Der eine sagt, er sei ein Professor und gegen seinen Willen hier, seit vielen Jahren schon, und bittet darum, das Missverständnis aufzuklären. Der andere jammert nur vor sich hin. Ein Mann namens Sia sitzt auf einem Bett und erzählt von den Toten, die er im Krieg gesehen hat und den Drogen, die er danach nahm. Hier sei nun alles gut. Es sitzt auf seinem Bett in einem riesigen Saal des Kissy Mental Hospital in Freetown, der Hauptstadt von Sierra Leone in Westafrika.

Es riecht so, als sollte jemand mal das Fenster öffnen, obwohl alle schon offen sind. Manche Betten haben einen Bezug über der Matratze, manche nur noch zerschlissene Teile von ihm. Manche Männer sind an das Eisengestell des Bettes gekettet, manche können frei herumlaufen. Alle haben glasige Augen, aus denen sie einen anschauen, wie aus einer Welt, die sehr weit entfernt ist. Alle nehmen Tabletten. "Das stabilisiert sie, das ist der Anfang der Therapie", sagt Dr. Edward Nahim.

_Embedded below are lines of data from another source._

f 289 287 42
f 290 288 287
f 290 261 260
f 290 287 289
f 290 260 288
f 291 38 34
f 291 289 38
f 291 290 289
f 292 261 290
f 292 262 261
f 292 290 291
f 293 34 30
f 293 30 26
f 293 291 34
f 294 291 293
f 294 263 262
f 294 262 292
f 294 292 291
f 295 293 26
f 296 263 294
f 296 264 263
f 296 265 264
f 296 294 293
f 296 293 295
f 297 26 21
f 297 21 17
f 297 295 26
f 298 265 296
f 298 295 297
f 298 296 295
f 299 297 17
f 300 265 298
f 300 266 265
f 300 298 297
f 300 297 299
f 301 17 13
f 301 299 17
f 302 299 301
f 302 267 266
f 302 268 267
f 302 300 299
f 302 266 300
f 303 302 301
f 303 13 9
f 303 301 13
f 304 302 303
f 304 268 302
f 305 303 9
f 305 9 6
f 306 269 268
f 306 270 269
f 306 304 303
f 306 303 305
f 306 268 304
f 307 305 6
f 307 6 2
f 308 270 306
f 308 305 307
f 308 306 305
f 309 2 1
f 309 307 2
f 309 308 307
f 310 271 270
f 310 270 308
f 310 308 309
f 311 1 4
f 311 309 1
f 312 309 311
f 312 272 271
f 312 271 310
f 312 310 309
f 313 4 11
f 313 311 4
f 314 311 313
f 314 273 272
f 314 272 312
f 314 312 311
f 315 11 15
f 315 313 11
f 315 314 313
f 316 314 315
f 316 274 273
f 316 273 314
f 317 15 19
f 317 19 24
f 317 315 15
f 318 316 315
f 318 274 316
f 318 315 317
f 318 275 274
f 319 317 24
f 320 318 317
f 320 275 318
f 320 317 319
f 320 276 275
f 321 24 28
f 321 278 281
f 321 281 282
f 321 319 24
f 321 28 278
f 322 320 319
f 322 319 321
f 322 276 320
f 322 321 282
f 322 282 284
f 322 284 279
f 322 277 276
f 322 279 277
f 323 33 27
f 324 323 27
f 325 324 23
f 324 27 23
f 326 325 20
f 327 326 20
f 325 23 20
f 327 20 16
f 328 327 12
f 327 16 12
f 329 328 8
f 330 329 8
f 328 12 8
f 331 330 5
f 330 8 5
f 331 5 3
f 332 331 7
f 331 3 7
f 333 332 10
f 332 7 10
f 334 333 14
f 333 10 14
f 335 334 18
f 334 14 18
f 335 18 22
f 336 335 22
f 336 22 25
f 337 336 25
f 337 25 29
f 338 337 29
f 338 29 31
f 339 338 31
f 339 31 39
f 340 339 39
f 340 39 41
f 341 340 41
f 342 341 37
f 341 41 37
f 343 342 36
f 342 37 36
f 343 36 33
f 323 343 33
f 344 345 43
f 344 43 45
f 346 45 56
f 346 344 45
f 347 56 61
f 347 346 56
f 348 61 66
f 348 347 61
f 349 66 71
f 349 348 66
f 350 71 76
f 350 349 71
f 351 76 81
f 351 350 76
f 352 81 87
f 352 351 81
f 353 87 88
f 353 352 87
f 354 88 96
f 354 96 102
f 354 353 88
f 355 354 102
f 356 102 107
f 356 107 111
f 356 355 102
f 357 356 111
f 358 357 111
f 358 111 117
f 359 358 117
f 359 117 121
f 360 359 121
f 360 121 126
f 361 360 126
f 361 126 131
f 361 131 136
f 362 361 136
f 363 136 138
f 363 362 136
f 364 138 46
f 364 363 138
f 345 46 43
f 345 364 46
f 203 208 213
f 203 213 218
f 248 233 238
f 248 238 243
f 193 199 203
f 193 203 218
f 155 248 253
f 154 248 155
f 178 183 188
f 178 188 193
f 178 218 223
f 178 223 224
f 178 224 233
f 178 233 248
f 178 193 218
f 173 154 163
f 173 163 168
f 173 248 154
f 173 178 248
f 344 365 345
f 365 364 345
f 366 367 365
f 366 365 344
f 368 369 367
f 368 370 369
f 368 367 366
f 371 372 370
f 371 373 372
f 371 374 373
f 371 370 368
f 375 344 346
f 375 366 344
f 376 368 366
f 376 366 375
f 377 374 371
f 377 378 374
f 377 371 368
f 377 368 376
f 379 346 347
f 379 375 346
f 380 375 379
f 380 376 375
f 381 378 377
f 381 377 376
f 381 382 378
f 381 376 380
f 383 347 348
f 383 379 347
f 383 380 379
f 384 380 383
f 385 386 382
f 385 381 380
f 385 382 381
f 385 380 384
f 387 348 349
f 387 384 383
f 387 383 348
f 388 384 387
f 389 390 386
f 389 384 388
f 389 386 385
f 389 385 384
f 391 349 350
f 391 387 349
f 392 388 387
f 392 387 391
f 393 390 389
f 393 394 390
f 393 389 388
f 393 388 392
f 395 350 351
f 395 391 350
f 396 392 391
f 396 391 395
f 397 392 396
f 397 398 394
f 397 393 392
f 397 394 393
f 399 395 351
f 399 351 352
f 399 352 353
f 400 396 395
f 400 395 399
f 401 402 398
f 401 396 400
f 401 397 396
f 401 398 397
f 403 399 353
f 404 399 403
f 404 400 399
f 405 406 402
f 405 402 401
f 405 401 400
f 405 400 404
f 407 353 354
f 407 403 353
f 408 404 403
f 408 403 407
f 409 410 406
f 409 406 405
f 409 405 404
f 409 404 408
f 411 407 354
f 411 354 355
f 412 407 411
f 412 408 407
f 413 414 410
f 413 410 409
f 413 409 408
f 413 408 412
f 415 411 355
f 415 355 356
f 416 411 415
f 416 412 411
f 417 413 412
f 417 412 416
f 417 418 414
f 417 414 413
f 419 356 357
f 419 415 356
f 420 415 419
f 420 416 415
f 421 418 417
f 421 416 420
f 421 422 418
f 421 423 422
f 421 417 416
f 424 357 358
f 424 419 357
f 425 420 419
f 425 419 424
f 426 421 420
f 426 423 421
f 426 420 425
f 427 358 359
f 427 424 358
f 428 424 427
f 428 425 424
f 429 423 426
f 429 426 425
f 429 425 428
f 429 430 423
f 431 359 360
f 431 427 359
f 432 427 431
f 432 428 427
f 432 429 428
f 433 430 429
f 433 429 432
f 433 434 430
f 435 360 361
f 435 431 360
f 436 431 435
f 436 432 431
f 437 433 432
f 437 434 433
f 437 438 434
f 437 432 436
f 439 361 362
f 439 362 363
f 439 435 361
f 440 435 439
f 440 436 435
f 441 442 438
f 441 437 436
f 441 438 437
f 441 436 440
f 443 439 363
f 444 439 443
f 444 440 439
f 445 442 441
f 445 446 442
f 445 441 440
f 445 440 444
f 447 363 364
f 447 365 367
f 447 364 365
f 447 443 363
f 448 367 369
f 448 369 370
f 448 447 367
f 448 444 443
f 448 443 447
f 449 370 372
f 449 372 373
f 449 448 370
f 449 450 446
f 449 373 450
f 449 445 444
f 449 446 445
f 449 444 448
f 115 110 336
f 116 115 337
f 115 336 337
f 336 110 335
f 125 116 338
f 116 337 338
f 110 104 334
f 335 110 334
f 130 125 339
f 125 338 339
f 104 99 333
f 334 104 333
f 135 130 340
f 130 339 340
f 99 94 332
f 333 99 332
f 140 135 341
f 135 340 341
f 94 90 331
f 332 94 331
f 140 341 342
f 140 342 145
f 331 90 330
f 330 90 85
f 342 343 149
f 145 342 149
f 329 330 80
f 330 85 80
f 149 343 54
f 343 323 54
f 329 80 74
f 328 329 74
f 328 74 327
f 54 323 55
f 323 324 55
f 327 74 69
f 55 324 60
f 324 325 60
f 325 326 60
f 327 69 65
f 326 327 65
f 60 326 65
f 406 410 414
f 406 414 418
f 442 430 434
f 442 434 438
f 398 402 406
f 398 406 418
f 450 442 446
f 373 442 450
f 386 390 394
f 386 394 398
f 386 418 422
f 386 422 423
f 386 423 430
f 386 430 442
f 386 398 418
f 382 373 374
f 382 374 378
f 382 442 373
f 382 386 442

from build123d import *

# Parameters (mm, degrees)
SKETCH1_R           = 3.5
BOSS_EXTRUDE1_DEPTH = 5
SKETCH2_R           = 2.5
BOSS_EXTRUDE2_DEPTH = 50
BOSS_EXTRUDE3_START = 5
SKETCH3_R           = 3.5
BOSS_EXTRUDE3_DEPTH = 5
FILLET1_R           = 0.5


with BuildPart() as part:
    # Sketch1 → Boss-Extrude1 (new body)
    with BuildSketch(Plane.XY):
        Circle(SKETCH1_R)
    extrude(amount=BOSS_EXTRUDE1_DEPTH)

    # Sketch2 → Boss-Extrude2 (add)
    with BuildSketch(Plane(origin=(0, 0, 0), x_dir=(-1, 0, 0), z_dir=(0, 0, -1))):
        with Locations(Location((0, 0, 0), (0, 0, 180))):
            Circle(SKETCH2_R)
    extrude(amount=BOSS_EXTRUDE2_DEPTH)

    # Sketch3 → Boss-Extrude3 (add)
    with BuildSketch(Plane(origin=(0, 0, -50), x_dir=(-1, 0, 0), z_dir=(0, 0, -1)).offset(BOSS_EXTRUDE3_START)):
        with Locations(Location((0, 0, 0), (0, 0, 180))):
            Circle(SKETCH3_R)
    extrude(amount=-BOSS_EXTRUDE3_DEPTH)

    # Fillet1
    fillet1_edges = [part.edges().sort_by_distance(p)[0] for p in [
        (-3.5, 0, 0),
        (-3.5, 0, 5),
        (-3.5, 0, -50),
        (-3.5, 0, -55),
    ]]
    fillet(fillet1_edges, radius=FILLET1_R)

Das Kissy Mental Hospital wurde 1820 von den Briten gegründet, als das erste Psychiatrische Krankenhaus in Sub-Sahara-Afrika, das es auch ziemlich lange geblieben ist. Und fast vier Jahrzehnte lang war Edward Nahim dort der einzige Arzt, der einzige Psychiater des ganzen Landes. Eines Landes, das so dringend Psychiater braucht, wie kaum ein anderes auf der Welt. Sieben Millionen Menschen leben in Sierra Leone, etwa eine Million von ihnen benötigt dringend eine Behandlung, leidet unter verschiedenen psychischen Erkrankungen wie Depression oder Schizophrenie, schätzt Nahim. Erst war es der Bürgerkrieg, der elf Jahre dauerte, Zehntausenden das Leben kostete und das ganze Land traumatisierte. "Jeder hat jemanden verloren oder jemanden sterben sehen. Viele Menschen haben eine posttraumatische Störung", sagt Nahim.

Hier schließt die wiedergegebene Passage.